I have two Yoga for the Spine classes for you. The first is a 25 minute Yoga for Spinal Health class, where we’ll be either standing or seated in a chair. And the second is a 25 minute evening yoga for the spine class, where we will remain lying on the floor.
Yoga for Spinal Health
During this 25 minute Yoga for Spinal Health class we’ll gently move through all 6 movements of the spine – lateral movements (side movements), twists and forward and backwards motions.
This will help to strengthen and stretch the muscles that support the spine, as well as increasing fluid to the spine aiding in good spinal health and mobility.
Who can do this class?
Beginners and all ages welcome!
There is also no kneeling or weight on the wrists. During the class we’ll either be standing or seated in a chair.
Please remember to work within your own range of motion. This will vary from person to person and will mean that some poses don’t look the exact same as they do for others – this is perfectly normal as we’re all built differently.
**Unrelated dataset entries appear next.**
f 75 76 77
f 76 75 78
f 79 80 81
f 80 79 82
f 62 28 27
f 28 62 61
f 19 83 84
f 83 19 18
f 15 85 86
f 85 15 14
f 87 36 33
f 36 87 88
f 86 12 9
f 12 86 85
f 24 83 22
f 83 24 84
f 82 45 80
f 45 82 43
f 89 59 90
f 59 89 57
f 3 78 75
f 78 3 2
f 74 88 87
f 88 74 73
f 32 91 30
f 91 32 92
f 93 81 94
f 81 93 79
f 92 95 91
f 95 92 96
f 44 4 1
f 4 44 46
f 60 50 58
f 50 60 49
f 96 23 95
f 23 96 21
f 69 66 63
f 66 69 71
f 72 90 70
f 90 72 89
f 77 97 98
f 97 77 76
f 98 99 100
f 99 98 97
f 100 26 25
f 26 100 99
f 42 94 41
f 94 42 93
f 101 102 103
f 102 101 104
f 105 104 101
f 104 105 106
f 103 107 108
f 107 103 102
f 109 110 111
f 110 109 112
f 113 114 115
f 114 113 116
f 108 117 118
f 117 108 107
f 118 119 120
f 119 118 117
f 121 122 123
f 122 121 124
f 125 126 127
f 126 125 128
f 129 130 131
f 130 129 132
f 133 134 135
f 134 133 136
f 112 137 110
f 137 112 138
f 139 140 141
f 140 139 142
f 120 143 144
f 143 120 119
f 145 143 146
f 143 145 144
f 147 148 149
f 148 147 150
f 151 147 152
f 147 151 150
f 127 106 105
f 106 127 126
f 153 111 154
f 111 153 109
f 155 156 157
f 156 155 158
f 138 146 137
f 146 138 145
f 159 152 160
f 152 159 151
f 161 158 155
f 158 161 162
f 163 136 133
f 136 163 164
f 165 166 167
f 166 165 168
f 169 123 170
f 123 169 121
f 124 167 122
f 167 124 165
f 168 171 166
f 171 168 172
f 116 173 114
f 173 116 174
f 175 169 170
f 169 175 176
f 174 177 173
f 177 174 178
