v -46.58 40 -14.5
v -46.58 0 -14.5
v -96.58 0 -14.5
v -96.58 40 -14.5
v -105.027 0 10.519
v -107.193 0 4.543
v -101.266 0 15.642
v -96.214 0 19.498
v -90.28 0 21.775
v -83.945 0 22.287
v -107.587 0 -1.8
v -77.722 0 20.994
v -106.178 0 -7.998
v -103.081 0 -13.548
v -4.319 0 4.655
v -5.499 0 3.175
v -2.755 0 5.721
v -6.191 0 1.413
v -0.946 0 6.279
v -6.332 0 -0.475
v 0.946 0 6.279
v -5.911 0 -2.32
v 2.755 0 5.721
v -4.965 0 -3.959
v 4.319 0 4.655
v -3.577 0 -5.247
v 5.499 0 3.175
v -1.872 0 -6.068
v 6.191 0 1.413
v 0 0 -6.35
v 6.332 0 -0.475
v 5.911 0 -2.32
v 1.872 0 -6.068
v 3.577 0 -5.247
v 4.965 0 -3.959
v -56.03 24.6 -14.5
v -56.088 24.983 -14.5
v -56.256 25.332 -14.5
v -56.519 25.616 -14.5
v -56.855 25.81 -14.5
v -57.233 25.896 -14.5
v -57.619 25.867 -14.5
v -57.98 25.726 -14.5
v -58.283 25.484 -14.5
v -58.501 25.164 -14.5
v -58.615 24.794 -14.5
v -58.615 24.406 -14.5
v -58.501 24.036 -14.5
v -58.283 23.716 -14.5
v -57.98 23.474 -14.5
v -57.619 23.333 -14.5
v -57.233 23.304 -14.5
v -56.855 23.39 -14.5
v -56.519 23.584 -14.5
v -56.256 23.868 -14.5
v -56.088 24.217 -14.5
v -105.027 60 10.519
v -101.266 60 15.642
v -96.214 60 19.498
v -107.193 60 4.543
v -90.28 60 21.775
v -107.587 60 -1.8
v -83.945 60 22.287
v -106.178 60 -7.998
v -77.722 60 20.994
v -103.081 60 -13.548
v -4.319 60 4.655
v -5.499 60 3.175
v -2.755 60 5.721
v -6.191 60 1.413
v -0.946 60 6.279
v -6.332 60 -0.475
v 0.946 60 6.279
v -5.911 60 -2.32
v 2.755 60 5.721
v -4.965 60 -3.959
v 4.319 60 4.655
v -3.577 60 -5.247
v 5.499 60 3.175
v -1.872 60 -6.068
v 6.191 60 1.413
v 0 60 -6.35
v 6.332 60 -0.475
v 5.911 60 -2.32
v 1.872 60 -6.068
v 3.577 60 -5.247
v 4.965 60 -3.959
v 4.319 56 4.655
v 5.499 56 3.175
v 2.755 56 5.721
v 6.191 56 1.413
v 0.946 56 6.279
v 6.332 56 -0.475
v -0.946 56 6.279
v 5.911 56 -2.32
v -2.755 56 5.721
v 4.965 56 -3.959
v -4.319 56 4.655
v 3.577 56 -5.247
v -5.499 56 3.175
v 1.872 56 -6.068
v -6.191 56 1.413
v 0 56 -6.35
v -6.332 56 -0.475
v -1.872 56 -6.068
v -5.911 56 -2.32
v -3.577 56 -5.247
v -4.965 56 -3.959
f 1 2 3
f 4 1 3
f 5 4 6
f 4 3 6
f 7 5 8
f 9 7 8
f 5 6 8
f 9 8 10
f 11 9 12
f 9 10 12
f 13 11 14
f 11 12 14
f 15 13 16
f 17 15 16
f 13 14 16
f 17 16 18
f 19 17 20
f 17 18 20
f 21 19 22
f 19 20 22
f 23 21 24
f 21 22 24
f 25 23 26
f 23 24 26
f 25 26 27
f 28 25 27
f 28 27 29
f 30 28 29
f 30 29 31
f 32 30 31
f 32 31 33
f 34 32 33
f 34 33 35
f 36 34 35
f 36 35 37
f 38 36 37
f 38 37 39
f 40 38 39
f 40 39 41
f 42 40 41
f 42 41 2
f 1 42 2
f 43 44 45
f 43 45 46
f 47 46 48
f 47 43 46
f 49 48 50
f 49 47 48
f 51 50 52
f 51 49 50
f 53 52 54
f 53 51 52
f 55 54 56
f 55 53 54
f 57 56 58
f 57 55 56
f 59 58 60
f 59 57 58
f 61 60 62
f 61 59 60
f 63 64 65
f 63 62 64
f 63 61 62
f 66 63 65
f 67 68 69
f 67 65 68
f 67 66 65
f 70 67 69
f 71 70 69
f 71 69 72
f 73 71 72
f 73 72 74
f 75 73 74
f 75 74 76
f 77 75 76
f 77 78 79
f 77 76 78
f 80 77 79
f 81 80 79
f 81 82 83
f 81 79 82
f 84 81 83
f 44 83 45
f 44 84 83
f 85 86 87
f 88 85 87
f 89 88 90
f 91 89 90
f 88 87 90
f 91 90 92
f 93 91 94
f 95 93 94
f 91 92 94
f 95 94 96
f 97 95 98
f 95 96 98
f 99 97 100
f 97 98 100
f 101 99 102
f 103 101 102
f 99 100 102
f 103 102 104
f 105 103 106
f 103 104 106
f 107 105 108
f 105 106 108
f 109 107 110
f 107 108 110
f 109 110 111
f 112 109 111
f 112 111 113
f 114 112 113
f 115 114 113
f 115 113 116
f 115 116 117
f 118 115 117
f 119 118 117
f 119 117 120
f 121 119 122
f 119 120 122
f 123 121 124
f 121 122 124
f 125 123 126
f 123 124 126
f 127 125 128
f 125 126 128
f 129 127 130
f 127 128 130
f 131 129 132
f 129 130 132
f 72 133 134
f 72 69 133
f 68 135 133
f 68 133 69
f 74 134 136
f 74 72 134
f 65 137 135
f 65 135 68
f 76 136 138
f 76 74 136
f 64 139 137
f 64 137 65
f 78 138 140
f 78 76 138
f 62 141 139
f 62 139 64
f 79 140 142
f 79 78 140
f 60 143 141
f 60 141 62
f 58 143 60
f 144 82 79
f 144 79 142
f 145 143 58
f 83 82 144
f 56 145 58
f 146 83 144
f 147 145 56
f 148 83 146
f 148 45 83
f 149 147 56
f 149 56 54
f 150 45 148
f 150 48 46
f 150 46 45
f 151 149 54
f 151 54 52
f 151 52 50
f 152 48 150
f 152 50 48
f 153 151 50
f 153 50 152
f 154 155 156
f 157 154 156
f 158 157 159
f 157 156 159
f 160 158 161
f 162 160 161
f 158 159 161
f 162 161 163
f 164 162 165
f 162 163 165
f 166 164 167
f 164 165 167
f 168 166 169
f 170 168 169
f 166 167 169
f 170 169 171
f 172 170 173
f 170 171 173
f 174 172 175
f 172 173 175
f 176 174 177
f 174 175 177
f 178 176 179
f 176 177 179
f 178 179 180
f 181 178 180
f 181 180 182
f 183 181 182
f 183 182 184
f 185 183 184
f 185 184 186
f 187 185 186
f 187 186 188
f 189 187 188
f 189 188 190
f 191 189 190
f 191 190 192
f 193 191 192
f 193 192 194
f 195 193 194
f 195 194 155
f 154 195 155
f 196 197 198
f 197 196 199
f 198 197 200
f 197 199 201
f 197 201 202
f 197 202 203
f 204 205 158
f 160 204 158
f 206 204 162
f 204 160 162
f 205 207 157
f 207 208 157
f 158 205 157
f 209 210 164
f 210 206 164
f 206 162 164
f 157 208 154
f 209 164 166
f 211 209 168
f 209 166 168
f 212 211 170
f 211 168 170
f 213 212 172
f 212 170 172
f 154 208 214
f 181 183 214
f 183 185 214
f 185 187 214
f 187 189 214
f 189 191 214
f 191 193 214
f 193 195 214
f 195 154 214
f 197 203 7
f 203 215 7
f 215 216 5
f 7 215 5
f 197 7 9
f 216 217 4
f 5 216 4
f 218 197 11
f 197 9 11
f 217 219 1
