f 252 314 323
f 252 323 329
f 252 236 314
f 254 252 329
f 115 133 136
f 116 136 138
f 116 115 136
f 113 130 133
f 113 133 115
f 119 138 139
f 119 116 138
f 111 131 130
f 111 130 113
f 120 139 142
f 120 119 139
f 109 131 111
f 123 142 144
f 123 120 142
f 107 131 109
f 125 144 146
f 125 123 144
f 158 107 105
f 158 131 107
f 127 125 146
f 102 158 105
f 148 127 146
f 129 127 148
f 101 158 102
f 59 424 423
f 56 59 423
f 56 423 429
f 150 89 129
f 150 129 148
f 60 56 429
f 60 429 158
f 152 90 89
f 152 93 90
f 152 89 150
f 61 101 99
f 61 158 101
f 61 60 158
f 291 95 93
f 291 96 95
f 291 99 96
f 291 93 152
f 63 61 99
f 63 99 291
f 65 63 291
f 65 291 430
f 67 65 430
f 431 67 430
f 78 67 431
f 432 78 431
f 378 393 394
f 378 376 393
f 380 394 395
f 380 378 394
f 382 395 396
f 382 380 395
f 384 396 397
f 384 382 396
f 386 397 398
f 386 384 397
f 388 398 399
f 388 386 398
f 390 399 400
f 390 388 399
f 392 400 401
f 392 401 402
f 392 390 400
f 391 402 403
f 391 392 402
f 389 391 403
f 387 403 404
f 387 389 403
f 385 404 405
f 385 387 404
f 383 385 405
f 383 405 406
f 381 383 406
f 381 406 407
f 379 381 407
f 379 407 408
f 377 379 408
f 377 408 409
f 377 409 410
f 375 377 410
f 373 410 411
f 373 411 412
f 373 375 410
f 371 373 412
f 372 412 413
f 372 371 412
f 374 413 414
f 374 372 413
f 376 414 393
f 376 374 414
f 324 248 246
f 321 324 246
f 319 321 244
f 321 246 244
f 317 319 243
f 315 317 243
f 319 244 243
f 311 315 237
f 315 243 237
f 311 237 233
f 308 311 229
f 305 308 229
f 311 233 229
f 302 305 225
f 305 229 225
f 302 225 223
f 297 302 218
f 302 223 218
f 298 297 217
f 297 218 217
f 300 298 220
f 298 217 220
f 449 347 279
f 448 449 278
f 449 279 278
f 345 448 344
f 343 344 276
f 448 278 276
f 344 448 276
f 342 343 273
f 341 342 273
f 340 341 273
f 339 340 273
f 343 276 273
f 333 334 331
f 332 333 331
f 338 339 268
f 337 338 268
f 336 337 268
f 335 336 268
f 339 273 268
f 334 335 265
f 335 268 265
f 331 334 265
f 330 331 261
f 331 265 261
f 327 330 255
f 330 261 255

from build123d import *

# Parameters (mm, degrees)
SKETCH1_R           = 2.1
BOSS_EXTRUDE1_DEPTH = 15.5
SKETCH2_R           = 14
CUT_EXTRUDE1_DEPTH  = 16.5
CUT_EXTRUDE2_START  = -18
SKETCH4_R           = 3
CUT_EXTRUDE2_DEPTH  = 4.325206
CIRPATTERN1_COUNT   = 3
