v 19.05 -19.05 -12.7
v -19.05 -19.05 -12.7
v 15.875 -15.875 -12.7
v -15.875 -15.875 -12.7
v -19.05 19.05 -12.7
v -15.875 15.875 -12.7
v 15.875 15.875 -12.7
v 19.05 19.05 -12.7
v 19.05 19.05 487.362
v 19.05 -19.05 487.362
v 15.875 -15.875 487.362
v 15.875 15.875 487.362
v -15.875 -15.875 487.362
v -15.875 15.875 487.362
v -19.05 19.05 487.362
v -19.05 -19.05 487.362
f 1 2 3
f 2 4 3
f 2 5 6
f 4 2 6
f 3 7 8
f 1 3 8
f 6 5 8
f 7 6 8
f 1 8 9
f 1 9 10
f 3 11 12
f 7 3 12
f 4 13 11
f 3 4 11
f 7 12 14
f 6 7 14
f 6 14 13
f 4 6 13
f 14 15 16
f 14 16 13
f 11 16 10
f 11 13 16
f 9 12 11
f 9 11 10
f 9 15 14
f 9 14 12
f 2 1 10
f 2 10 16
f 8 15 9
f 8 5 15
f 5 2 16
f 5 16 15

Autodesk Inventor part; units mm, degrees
ref_plane "Start Plane" through (0, 0, -12.7) normal (0, 0, 1) x (1, 0, 0)
ref_plane "End Plane" through (0, 0, 487.3625) normal (0, 0, 1) x (1, 0, 0)
sketch "Sketch" plane through (0, 0, 0) normal (0, 0, 1) x (1, 0, 0)
  line L0 (-19.05, 19.05) -> (19.05, 19.05)
  line L1 (19.05, 19.05) -> (19.05, -19.05)
  line L2 (19.05, -19.05) -> (-19.05, -19.05)
  line L3 (-19.05, -19.05) -> (-19.05, 19.05)
  line L4 (15.875, 15.875) -> (-15.875, 15.875)
  line L5 (-15.875, 15.875) -> (-15.875, -15.875)
  line L6 (-15.875, -15.875) -> (15.875, -15.875)
  line L7 (15.875, -15.875) -> (15.875, 15.875)
  point P0 (0, 0)
  point P1 (0, 19.05)
  point P2 (-19.05, 0)
  dimension "width" = 38.1
  dimension "d1" = 3.175
extrude "Body" add sketch "Sketch" along normal up to surface (500.0625 mm away) from surface at -12.7
sketch "Sketch4" plane through (0, 0, 0) normal (0, 0, 1) x (1, 0, 0)
  line L0 (0, 0) -> (10, 0)
ref_plane "Work Plane4" through (0, 0, 0) normal (0, -1, 0) x (1, 0, 0)
sketch "Sketch5" plane through (0, 0, 0) normal (0, -1, 0) x (1, 0, 0)
  line L0 (-2, -12.7) -> (12, -12.7)
  line L1 (-2, 487.3625) -> (12, 487.3625)
  dimension "d9" = 500.0625
ref_plane "Work Plane6" through (762, 19.05, -12.7) normal (0, 0, -1) x (-1, 0, 0)
split "Split2" plane through (762, 19.05, -12.7) removes the side toward (0, 0, -1)
ref_plane "Work Plane7" through (38.1, 19.05, 487.3625) normal (0, 0, 1) x (1, 0, 0)
split "Split3" plane through (38.1, 19.05, 487.3625) removes the side toward (0, 0, 1)
equation "\"G_OFFSET_START\" = 12.7"
equation "\"G_OFFSET_END\" = -20.6375"
equation "\"d4\" = -G_OFFSET_START"
equation "\"d5\" = length + G_OFFSET_END"
equation "\"G_L\" = 812.8"
equation "\"length\" = 508"
properties part number "1.5x1.5x.125 Tube" material "Aluminum-6061"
The important thing is to work with what feels good for you and your body – this is your practice. Yoga can be challenging, but never painful. If you do feel pain, please gentle come out of the pose.
What you need:
- A wall (optional) – though great for extra support and also to assist with alignment.
- A chair
- A yoga mat (optional)
- A pillow or yoga bolster
When to practice:
The movements in this class are quite gentle, but also dynamic, which means it can be practiced at anytime of the day.
Great to practice first thing in the morning to really waken up the spine with some gentle movements. But also quite a nice way to wind down in the evening, as we finish with an ‘inwards’ pose, which can be quite calming for some people.
We usually recommend not practicing on a full stomach.
Yoga for Spinal Health
Evening Yoga for the Spine
During this evening yoga for the spine class we’ll spend the whole practice on the floor, moving through the 6 movements of the spine (lateral, forwards, backwards and twisting).
This practice will help to stretch and release tension in the spine and back. It will also calm the nervous system, preparing the body for rest/ bed.
What do I need?
- Yoga mat (optional)
- Pillow or bolster (optional)
- Wall (optional)
- Yoga belt/ strap or rolled up towel (optional)
Who is this class for?
Beginners and students of all ages welcome!
The class is quite a gentle, passive practice, where we hold poses for about 5 breaths each.
When to practice?
In the evening as this class is a great way to gently stretch the back and prepare the body for bed.
That said, it won’t hurt to practice the class at other times during the day, especially during times when you’re feeling a little anxious or overwhelmed as we will be working to calm the nervous system.
More Yoga to aid Spinal Health
The core is also an important aspect of spinal health. A strong core can provide extra support and protection for the spine.
For this reason I’ve put together a 7 day core strength challenge, which aims to strength each muscle within the core over 7 days. The challenge is only 5-10 minutes a day for 7 days, so can easily be incorporated into your usual daily route.
I’ve also created a short Yoga for Lower Back Pain course which covers the common causes of lower back pain and how you can work the supporting muscles to help resolve this pain.
Lower back pain is often a response to weak, tight or inactivate muscles. This is something that builds up over time. It can usually be reversed, however just like it can take time to develop the lower back pain response. It can take some time to reverse these effects. This course is designed to give you the tools, to work towards reducing the common causes of lower back pain.